Documentation
Understanding Atlassian in the cloud
Atlassian Connect is built to integrate with our hosted applications like JIRA and Confluence Cloud. This page explains basic architecture, purchasing, licensing, and development concerns as you build your add-on.
Covered here:
- Architectural overview of Atlassian cloud products
- Cloud application updates & restarts
- Purchasing & licensing
- Development checklist
Architecture overview
Even though cloud products can be packaged together for customers, each JIRA and Confluence Cloud account is a separate instance. The actual JIRA and Confluence servers are individual applications running in separate, isolated JVMs, communicating only over HTTP. Our cloud products only serve content over HTTPS.
Although each application is isolated from a security perspective, underlying resources like hardware, CPU and memory can be shared between many customers. Servers for our cloud applications are located in the US.
Each JIRA or Confluence Cloud instance is identifiable by its tenant ID. An instance URL is liable to change without warning.
Each cloud instance has a set of licensed users. For these users:
- Email addresses are unique within an instance, but may be used across multiple instances.
- Users are identified by key, rather than name or email.

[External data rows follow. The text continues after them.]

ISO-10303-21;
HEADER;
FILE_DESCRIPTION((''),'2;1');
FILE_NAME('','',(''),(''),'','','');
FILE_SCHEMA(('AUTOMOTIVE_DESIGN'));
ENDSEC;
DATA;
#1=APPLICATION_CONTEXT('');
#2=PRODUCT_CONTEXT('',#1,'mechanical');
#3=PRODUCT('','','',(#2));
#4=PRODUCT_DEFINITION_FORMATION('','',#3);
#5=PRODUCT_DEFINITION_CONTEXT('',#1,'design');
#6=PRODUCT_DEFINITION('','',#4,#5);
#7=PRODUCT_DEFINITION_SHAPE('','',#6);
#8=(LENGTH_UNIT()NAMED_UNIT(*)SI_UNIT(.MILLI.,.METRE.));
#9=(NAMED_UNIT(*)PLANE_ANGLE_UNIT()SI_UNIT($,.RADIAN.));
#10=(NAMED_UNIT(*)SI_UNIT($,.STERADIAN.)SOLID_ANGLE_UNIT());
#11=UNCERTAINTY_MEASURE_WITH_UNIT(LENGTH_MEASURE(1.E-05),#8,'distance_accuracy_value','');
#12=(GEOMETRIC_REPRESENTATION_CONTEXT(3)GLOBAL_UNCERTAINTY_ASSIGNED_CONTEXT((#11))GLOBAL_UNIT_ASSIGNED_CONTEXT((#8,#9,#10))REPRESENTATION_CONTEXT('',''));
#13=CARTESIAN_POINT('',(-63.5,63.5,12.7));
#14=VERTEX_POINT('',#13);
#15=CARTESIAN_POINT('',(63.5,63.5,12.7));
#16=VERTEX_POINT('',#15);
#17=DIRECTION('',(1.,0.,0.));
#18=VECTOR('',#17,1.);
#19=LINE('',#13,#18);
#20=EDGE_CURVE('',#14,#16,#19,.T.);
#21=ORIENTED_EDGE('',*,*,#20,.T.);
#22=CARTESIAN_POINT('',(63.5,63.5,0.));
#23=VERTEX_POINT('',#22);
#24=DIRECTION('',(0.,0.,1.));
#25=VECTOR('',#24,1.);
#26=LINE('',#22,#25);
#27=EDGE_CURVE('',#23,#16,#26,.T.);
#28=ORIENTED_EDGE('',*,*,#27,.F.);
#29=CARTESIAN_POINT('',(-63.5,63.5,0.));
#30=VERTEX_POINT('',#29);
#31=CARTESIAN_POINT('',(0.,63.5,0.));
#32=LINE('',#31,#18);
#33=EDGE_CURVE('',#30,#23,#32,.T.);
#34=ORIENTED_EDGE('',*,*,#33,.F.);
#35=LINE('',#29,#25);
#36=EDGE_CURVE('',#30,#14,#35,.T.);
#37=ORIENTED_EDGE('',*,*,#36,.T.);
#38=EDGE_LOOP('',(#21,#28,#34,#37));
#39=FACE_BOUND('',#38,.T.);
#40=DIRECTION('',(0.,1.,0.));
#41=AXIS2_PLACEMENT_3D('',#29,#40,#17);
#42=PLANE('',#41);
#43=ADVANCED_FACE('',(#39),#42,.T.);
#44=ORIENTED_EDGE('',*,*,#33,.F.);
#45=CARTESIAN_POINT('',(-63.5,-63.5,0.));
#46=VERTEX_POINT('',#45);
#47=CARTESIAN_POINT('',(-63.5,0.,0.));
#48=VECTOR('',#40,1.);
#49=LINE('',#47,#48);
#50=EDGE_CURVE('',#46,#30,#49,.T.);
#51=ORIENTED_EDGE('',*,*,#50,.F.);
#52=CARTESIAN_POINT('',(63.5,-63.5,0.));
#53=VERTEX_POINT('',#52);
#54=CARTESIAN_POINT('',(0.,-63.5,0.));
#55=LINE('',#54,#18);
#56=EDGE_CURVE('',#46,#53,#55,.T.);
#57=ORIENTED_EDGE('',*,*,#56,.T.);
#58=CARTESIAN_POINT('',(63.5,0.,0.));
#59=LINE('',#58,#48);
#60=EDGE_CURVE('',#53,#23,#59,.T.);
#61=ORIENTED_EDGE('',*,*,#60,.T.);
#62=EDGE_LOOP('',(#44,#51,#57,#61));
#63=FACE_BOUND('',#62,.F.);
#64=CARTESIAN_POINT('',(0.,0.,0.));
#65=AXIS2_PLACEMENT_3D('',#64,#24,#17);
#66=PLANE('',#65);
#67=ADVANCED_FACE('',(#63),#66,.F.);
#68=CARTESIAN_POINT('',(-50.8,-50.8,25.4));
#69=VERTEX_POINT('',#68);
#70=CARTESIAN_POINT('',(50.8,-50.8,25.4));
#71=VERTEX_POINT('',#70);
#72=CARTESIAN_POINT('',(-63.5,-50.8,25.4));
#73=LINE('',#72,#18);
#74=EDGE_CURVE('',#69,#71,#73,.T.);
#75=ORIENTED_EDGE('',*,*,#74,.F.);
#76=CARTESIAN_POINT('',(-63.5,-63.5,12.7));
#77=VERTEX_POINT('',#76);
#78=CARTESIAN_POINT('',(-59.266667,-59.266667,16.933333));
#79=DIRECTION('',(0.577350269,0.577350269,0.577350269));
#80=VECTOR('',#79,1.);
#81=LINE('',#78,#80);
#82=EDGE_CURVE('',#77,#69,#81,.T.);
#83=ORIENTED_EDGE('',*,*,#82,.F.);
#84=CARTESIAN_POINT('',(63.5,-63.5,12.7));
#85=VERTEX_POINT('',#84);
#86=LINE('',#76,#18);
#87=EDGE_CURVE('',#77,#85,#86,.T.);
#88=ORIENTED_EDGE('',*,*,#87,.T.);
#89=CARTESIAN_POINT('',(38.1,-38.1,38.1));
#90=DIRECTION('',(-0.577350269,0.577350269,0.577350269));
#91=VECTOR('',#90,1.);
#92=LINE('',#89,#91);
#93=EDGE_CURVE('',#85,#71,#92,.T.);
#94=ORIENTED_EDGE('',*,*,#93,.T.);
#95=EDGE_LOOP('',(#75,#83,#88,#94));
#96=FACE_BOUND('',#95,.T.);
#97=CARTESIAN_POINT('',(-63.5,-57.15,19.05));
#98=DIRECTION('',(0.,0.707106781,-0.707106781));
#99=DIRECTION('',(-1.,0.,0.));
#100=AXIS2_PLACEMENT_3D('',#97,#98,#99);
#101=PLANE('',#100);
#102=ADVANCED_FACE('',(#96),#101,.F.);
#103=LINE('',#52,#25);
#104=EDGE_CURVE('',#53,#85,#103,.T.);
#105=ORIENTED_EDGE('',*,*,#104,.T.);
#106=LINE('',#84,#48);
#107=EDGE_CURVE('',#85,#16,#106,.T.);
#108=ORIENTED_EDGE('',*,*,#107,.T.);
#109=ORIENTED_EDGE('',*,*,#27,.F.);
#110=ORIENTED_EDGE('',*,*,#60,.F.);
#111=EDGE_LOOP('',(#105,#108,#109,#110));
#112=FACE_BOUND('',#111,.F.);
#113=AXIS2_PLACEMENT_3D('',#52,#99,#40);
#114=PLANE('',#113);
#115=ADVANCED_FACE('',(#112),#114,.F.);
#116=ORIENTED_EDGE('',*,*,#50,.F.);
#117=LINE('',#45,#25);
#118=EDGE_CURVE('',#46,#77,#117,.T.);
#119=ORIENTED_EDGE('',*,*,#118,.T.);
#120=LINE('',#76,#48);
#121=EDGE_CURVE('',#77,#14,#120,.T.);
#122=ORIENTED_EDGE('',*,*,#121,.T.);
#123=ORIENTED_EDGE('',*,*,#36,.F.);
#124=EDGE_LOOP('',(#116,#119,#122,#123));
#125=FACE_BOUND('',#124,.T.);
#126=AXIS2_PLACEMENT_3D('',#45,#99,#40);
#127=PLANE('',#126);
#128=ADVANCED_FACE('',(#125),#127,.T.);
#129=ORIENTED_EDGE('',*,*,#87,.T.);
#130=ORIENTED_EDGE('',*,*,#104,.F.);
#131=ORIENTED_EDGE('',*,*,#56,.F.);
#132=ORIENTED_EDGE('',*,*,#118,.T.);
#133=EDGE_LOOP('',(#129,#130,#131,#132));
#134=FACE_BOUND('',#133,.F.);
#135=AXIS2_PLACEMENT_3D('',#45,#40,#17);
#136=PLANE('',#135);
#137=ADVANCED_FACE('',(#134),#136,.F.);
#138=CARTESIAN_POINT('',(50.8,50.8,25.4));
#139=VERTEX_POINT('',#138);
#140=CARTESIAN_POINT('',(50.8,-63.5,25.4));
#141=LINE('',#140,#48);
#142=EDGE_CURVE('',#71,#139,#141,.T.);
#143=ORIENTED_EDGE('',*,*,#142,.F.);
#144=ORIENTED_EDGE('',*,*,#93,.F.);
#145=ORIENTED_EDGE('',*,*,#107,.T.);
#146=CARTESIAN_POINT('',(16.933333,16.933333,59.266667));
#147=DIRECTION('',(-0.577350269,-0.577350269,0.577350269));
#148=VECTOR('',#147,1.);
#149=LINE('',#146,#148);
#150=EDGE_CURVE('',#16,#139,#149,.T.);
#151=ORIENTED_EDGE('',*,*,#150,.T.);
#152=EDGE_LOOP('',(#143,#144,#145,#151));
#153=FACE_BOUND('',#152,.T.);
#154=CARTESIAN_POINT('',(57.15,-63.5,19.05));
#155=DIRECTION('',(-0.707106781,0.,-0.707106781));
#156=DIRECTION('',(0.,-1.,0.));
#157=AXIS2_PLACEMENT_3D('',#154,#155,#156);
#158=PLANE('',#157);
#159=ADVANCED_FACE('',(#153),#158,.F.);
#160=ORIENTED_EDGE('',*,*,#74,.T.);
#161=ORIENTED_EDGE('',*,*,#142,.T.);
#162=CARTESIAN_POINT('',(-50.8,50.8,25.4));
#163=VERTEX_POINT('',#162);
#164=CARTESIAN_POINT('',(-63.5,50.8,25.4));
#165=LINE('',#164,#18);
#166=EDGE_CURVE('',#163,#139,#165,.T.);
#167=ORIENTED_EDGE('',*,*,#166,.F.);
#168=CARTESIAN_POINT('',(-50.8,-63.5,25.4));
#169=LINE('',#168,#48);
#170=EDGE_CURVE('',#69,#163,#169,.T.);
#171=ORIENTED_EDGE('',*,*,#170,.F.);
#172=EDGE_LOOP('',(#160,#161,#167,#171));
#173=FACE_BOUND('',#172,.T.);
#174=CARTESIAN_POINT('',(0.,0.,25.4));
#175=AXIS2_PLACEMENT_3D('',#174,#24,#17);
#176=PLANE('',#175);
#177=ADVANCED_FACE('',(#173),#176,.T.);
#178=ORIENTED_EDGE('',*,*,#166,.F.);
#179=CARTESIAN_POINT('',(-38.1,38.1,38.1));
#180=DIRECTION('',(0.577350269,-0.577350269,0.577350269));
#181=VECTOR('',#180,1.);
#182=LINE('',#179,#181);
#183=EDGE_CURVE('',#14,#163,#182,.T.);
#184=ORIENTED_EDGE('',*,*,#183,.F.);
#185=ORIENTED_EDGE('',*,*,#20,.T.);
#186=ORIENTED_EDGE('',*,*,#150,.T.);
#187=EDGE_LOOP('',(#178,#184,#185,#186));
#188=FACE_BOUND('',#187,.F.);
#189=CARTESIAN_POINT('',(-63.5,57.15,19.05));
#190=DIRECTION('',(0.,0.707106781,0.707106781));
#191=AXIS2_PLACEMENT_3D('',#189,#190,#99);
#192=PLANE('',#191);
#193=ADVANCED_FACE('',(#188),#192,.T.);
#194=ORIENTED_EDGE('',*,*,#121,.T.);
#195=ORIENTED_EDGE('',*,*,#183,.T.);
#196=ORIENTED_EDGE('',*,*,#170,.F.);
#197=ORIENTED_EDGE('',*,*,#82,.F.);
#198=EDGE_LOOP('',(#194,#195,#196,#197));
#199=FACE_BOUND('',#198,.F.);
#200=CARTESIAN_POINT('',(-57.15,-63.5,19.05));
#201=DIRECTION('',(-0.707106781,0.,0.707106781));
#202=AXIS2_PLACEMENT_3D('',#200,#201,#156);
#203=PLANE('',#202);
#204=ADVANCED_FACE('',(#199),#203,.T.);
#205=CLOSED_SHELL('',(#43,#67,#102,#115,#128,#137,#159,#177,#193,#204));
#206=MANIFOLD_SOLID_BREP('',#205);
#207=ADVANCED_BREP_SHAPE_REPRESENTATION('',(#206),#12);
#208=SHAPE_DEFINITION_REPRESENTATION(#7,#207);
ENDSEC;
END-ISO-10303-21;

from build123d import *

# Parameters (mm, degrees)
F0_W     = 127
F0_H     = 127
F1_DEPTH = 25.4
F2_SIZE  = 12.7


with BuildPart() as f1:
    # F0 (on Top) → F1 (new body)
    with BuildSketch(Plane.XY):
        Rectangle(F0_W, F0_H)
    extrude(amount=F1_DEPTH)

    # F2
    f2_edges = [f1.edges().sort_by_distance(p)[0] for p in [
        (0, -63.5, 25.4),
        (-63.5, 0, 25.4),
        (63.5, 0, 25.4),
        (0, 63.5, 25.4),
    ]]
    chamfer(f2_edges, length=F2_SIZE)


solid = f1.part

Keys are also unique within an instance but may not be across instances.
- No user can log in as a sysadmin, and your add-on cannot access any functionality reserved for sysadmins. Only Atlassian can access sysadmin-level functionality.
Your add-on is automatically granted a new add-on user in cloud instances. These "users" appear in the user management portal, but don't count against actual user licenses. This user profile is assigned to two groups by default: atlassian-addons and product-users (like jira-users or confluence-users). Customers should not remove add-on users from these groups.
Your add-on accesses cloud instances through the Universal Plugin Manager. Admins install your add-on by registering your descriptor into an instance. Add-on installation and licensing are separate concerns.
It's possible for a cloud instance to have your descriptor installed, but not to have a valid license.
You won't receive any communication from instances that don't have your add-on descriptor installed. As expected, you're unable to communicate with instances that don't have your decriptor installed.
Software upgrades and system restarts
Cloud instances restart regularly during maintenance windows. Weekly releases may or may not contain updates to cloud applications or other components. Generally, JIRA and Confluence update versions every other week. That said, even if a product doesn't have an update, it may still be restarted.
Instances also ocassionally restart outside of these windows to recover from errors, or facilitate support. After restarting, initial requests to these instances may have higher latency as caches are repopulated.
Purchasing & licensing
When cloud product customers choose a new product or add-on, they automatically enter a free trial period. This trial lasts 30 days, plus the time until their next bill. This means the actual trial period is between 31 and 61 days, with an average of 45 days.
Customers can choose to subscribe to producs and add-ons on a monthly or annual basis, and can cancel accounts or add-ons. Cancelled accounts remain valid and active until the end of the billing period.
We remove cloud product data 15 days after cancellation. For this reason, publish your own data retention policy.
Since add-on installation and licensing are handled separately, always check the license status on each request and serve an appropriate response.
Development checklist
Develop your add-on with the above concepts in mind:
- Ensure your descriptor's base URL starts with HTTPS.
- Only serve content over HTTPS.
- Test and support your add-on for cloud application-supported browsers.
- Use localization parameters with each request to serve content appropriate languages.
- Publish a security statement about your data storage practices.
- Store user data against an identifier combined from tenant ID and user key.
- Publish your own data retention policies.
- Develop your add-on to be resilient when cloud instances are slow or unavailable.
- Always check the license parameter on each request and observe the appropriate restrictions.